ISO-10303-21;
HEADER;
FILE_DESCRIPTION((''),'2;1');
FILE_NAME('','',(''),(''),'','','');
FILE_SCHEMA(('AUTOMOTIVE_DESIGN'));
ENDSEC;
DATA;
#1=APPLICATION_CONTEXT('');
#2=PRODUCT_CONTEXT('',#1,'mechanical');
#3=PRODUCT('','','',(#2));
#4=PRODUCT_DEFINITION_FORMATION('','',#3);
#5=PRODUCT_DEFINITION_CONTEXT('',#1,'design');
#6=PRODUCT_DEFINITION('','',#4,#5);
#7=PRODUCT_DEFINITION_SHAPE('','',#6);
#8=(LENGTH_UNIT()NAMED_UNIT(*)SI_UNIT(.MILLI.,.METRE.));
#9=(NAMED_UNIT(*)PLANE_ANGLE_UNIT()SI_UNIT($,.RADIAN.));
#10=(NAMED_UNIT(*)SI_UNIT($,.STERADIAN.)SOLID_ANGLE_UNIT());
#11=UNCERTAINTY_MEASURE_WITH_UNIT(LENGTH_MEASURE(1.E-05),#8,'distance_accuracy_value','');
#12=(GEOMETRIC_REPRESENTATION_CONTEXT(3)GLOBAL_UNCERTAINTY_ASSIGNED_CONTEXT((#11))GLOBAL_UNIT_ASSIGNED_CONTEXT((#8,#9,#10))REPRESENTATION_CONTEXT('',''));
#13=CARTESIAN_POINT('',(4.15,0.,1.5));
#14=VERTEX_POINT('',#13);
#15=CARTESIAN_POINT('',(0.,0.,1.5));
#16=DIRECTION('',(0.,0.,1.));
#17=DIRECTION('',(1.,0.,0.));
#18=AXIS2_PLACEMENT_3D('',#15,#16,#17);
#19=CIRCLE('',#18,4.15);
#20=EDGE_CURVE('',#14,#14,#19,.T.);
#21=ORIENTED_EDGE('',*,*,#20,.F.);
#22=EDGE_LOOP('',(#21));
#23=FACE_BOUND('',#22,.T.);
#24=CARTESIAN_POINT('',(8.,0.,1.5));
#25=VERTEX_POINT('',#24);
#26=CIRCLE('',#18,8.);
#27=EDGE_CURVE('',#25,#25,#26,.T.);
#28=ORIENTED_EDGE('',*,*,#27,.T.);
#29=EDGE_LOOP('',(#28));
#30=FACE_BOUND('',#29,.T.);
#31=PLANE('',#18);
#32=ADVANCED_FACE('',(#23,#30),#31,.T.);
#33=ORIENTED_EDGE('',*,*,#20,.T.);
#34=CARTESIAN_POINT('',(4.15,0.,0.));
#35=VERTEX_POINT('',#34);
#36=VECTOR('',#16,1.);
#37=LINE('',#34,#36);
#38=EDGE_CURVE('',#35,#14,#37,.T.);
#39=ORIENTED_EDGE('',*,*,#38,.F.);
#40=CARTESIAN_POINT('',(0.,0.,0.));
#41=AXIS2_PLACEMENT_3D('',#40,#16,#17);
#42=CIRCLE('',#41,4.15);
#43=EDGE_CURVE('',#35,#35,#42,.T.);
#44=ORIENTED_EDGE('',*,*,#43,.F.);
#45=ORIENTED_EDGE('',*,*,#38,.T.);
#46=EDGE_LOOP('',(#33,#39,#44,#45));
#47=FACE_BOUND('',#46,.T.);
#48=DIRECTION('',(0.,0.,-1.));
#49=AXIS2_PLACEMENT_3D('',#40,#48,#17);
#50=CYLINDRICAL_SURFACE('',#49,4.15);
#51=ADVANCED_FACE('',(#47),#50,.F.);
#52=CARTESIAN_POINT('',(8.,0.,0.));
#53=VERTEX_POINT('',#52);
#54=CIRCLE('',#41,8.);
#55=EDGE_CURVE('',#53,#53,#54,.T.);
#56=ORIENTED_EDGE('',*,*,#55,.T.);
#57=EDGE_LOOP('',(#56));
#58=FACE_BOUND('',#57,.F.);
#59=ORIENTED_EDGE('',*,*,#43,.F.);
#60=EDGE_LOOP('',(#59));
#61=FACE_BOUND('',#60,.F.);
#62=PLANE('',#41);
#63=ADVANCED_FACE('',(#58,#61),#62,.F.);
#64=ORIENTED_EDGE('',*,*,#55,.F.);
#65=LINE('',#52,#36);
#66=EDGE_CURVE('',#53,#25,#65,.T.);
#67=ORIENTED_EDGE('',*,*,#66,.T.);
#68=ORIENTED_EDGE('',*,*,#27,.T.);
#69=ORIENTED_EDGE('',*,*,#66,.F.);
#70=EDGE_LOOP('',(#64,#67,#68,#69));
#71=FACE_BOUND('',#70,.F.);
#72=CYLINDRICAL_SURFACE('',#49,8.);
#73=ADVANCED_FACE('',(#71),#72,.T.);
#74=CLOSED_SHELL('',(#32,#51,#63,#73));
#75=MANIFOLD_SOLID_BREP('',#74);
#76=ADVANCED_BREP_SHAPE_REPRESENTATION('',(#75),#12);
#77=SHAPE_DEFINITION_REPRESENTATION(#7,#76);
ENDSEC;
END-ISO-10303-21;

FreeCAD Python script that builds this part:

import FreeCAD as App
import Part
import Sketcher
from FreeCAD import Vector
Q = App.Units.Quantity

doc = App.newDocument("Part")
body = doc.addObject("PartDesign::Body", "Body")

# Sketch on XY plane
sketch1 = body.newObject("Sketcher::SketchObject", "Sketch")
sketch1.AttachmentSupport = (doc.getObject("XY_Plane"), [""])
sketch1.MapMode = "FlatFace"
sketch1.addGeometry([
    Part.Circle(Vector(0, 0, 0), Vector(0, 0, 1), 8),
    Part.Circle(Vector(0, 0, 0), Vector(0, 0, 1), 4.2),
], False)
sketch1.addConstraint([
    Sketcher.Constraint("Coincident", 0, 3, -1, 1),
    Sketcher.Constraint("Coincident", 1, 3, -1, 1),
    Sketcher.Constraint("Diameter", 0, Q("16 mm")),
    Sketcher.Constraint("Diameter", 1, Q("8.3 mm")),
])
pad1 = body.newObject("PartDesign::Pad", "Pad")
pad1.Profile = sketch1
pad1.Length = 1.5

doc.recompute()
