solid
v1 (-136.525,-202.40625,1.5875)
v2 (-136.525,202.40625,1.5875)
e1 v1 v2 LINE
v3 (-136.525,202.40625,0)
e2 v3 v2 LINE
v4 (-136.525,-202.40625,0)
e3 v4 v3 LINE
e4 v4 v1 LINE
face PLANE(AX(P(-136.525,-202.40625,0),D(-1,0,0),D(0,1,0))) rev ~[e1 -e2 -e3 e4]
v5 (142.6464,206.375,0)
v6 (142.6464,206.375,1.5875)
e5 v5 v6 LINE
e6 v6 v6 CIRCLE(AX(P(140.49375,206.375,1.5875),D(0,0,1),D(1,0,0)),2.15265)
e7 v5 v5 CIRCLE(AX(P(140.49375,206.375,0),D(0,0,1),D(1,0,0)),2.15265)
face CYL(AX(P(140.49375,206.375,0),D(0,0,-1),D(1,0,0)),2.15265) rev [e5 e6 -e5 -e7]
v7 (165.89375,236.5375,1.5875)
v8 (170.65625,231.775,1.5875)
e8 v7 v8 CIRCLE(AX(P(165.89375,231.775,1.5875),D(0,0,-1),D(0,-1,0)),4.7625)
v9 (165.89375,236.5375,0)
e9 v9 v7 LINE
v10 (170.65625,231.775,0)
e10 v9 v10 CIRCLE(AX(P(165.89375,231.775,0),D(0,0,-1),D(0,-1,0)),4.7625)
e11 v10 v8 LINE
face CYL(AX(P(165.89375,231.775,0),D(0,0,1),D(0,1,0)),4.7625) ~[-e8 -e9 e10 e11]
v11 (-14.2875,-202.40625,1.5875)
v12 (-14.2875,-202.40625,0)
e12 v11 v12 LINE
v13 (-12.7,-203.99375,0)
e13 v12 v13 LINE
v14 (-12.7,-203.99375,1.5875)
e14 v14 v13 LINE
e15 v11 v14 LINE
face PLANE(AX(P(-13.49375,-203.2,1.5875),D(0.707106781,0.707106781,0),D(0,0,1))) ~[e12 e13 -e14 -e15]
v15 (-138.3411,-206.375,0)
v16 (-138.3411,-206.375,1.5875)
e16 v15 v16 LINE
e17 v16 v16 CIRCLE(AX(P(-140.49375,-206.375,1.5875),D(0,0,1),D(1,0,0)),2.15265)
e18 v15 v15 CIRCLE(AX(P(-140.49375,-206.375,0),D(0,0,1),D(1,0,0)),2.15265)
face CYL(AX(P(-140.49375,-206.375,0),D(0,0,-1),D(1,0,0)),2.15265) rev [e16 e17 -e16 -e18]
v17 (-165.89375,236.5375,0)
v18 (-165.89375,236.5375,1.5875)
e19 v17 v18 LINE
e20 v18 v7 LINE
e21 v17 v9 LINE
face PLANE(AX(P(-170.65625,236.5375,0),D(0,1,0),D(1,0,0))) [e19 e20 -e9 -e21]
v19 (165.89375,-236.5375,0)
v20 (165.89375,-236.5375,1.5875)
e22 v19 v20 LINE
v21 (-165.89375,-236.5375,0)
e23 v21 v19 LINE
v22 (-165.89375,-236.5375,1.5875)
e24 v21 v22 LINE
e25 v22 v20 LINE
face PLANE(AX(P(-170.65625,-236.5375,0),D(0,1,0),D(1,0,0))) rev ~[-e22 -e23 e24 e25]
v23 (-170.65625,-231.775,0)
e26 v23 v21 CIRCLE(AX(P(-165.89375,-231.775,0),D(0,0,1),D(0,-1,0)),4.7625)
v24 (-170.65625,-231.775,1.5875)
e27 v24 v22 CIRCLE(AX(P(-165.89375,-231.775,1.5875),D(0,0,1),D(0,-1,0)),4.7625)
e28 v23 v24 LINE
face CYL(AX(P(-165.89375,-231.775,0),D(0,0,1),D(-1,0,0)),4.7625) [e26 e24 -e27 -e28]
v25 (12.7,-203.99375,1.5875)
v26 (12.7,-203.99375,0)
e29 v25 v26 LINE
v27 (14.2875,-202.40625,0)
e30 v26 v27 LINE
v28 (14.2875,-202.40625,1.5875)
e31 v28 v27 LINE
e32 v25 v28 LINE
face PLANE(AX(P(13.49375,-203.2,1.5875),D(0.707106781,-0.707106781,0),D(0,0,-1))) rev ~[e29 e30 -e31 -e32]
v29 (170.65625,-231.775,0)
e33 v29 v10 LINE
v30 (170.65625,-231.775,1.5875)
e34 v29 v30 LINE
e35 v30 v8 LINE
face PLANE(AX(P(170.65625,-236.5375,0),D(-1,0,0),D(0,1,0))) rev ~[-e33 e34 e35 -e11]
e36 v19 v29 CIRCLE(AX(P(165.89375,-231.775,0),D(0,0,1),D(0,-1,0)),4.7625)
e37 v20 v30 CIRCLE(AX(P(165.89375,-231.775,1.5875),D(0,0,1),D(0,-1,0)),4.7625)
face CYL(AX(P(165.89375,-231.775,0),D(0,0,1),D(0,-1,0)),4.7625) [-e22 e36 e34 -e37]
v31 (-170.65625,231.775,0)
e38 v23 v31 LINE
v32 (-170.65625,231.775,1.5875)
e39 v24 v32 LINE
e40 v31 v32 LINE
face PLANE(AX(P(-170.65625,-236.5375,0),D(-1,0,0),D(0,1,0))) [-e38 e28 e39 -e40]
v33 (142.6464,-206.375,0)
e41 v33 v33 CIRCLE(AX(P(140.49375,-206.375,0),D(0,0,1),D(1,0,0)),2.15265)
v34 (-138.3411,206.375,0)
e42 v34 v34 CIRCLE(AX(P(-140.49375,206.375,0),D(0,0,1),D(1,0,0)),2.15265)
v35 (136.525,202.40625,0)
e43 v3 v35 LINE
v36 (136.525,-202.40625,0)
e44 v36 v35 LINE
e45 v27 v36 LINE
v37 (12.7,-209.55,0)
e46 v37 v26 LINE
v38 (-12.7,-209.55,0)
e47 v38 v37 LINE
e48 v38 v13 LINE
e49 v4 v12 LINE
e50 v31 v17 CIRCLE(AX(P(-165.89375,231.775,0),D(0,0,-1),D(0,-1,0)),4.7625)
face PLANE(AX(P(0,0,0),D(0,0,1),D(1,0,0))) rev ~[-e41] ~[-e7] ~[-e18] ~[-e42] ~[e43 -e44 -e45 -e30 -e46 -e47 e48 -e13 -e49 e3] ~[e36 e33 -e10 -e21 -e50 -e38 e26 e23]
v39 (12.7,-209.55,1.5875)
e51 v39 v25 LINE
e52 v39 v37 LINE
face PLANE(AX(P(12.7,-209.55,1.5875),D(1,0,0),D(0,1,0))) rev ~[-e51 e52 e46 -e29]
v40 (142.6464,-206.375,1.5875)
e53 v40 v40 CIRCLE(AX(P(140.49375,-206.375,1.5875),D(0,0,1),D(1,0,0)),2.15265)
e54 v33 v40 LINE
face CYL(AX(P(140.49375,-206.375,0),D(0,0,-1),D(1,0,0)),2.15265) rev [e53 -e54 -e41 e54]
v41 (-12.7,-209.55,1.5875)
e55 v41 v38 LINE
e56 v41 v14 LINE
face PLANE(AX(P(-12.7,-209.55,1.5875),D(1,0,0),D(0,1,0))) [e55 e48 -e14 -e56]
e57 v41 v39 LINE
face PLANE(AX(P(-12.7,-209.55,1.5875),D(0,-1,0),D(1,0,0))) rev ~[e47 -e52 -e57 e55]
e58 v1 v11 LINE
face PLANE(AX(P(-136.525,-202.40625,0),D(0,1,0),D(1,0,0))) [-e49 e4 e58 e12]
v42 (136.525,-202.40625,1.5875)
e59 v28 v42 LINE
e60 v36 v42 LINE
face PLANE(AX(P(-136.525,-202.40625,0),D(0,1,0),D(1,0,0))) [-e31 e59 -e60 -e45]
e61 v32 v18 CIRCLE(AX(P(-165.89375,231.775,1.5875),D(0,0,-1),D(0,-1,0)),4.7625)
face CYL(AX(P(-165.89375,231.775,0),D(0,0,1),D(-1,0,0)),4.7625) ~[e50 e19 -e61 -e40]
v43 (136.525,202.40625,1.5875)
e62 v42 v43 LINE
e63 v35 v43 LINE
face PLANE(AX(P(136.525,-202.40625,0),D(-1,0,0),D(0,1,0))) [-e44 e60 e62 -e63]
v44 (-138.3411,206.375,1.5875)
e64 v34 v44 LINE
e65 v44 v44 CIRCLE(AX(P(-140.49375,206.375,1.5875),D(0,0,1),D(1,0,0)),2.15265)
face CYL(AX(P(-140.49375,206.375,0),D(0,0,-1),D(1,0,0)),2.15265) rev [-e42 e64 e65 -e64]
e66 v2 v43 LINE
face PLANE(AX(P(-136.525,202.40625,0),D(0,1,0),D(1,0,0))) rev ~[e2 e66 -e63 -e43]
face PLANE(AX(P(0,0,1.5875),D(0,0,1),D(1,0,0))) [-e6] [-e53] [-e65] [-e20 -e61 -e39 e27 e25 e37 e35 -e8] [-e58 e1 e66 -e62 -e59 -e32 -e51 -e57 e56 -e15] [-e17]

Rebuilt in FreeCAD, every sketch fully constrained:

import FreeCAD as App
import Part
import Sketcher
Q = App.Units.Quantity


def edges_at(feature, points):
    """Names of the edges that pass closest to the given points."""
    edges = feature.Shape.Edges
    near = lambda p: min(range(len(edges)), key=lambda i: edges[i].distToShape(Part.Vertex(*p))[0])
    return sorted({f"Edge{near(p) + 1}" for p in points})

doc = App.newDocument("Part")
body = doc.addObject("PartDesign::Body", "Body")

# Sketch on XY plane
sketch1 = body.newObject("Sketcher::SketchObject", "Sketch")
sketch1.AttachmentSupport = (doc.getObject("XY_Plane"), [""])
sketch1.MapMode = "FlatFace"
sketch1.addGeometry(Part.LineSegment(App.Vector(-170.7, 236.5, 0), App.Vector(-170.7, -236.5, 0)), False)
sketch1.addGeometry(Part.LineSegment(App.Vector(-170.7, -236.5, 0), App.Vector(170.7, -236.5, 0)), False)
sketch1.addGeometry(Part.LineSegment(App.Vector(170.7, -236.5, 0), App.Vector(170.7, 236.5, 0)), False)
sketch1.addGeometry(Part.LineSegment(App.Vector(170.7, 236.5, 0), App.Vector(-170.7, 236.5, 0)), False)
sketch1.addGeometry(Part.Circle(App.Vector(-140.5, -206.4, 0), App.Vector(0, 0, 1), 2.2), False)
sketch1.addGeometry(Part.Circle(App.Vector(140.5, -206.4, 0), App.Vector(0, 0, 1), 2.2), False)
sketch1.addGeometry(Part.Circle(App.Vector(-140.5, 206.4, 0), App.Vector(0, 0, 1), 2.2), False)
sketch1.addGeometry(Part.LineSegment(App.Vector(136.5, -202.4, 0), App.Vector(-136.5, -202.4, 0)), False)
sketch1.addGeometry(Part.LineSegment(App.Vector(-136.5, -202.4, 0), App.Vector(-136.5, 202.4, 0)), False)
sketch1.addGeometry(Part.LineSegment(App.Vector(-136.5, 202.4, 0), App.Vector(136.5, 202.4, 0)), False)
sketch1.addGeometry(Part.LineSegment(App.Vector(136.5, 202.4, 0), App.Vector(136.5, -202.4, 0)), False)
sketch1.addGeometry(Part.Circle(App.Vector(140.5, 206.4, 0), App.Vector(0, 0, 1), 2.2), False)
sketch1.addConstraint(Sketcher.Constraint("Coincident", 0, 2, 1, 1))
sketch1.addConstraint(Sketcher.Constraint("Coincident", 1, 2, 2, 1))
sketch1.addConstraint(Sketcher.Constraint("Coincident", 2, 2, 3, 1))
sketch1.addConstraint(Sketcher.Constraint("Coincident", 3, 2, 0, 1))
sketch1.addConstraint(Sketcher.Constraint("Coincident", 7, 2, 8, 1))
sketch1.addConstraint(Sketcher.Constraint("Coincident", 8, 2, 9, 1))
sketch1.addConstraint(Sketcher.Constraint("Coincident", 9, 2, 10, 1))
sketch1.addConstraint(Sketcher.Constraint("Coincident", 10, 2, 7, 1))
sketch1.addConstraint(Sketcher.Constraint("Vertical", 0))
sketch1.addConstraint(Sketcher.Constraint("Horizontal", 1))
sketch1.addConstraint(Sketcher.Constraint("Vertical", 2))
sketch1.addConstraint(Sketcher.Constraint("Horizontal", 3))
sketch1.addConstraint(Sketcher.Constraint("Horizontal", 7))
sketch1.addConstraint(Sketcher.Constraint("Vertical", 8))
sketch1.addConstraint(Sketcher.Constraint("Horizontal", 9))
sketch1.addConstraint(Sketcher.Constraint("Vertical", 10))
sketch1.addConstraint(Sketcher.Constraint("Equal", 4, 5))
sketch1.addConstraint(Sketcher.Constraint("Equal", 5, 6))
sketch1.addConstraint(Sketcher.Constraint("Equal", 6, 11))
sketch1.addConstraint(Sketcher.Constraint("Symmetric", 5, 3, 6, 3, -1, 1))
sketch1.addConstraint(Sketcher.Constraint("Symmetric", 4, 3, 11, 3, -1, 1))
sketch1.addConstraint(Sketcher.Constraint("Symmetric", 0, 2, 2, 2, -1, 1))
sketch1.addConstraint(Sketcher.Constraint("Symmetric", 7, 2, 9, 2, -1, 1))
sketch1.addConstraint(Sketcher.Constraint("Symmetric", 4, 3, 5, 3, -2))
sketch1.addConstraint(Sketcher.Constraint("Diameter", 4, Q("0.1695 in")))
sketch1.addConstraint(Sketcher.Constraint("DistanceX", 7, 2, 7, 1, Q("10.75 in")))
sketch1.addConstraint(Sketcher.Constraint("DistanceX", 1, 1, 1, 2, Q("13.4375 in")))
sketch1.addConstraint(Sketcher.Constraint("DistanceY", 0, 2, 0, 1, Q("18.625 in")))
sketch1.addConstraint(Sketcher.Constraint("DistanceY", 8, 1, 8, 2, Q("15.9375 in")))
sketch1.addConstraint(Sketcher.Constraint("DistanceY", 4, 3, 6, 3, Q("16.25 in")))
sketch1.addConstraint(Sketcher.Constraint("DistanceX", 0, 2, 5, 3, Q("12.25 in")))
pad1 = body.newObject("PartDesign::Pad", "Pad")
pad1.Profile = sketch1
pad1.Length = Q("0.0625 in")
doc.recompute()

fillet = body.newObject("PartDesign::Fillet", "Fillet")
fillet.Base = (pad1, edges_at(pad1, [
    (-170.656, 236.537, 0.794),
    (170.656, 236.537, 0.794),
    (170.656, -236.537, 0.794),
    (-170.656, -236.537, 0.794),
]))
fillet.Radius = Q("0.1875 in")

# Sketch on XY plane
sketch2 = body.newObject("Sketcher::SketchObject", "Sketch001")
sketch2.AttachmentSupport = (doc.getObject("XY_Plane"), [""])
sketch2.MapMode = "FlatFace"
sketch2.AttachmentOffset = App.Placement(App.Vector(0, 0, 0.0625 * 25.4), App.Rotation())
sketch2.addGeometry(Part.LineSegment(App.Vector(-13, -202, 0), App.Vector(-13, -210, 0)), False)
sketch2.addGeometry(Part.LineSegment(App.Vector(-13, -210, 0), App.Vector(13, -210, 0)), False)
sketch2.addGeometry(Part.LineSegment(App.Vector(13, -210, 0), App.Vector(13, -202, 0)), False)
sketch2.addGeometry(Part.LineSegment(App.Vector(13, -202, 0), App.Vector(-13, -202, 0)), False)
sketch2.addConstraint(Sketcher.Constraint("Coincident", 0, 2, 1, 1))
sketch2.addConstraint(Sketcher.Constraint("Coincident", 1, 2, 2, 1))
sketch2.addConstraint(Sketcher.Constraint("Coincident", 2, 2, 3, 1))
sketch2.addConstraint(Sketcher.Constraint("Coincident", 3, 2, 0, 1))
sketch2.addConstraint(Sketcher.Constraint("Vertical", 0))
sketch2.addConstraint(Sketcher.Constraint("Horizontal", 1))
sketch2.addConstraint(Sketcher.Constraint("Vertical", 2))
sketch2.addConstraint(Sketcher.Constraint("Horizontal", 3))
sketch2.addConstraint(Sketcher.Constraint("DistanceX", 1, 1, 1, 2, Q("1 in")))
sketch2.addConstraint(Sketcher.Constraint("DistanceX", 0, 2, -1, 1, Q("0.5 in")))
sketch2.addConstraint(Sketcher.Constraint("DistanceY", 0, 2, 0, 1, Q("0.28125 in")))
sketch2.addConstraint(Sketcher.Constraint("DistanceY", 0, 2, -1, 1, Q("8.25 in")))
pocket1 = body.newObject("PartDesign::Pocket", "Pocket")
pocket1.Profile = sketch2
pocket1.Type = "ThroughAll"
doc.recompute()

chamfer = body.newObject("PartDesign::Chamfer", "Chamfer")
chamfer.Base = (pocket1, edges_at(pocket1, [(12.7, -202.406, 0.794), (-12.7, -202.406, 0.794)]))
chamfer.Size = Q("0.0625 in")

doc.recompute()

### Activity:
Retype exactly the lines above, from the one with "v30 (170.65625,-231.775,1.5875)" through the one with "v34 (-138.3411,206.375,0)", inclusive.

### Written answer:
v30 (170.65625,-231.775,1.5875)
e34 v29 v30 LINE
e35 v30 v8 LINE
face PLANE(AX(P(170.65625,-236.5375,0),D(-1,0,0),D(0,1,0))) rev ~[-e33 e34 e35 -e11]
e36 v19 v29 CIRCLE(AX(P(165.89375,-231.775,0),D(0,0,1),D(0,-1,0)),4.7625)
e37 v20 v30 CIRCLE(AX(P(165.89375,-231.775,1.5875),D(0,0,1),D(0,-1,0)),4.7625)
face CYL(AX(P(165.89375,-231.775,0),D(0,0,1),D(0,-1,0)),4.7625) [-e22 e36 e34 -e37]
v31 (-170.65625,231.775,0)
e38 v23 v31 LINE
v32 (-170.65625,231.775,1.5875)
e39 v24 v32 LINE
e40 v31 v32 LINE
face PLANE(AX(P(-170.65625,-236.5375,0),D(-1,0,0),D(0,1,0))) [-e38 e28 e39 -e40]
v33 (142.6464,-206.375,0)
e41 v33 v33 CIRCLE(AX(P(140.49375,-206.375,0),D(0,0,1),D(1,0,0)),2.15265)
v34 (-138.3411,206.375,0)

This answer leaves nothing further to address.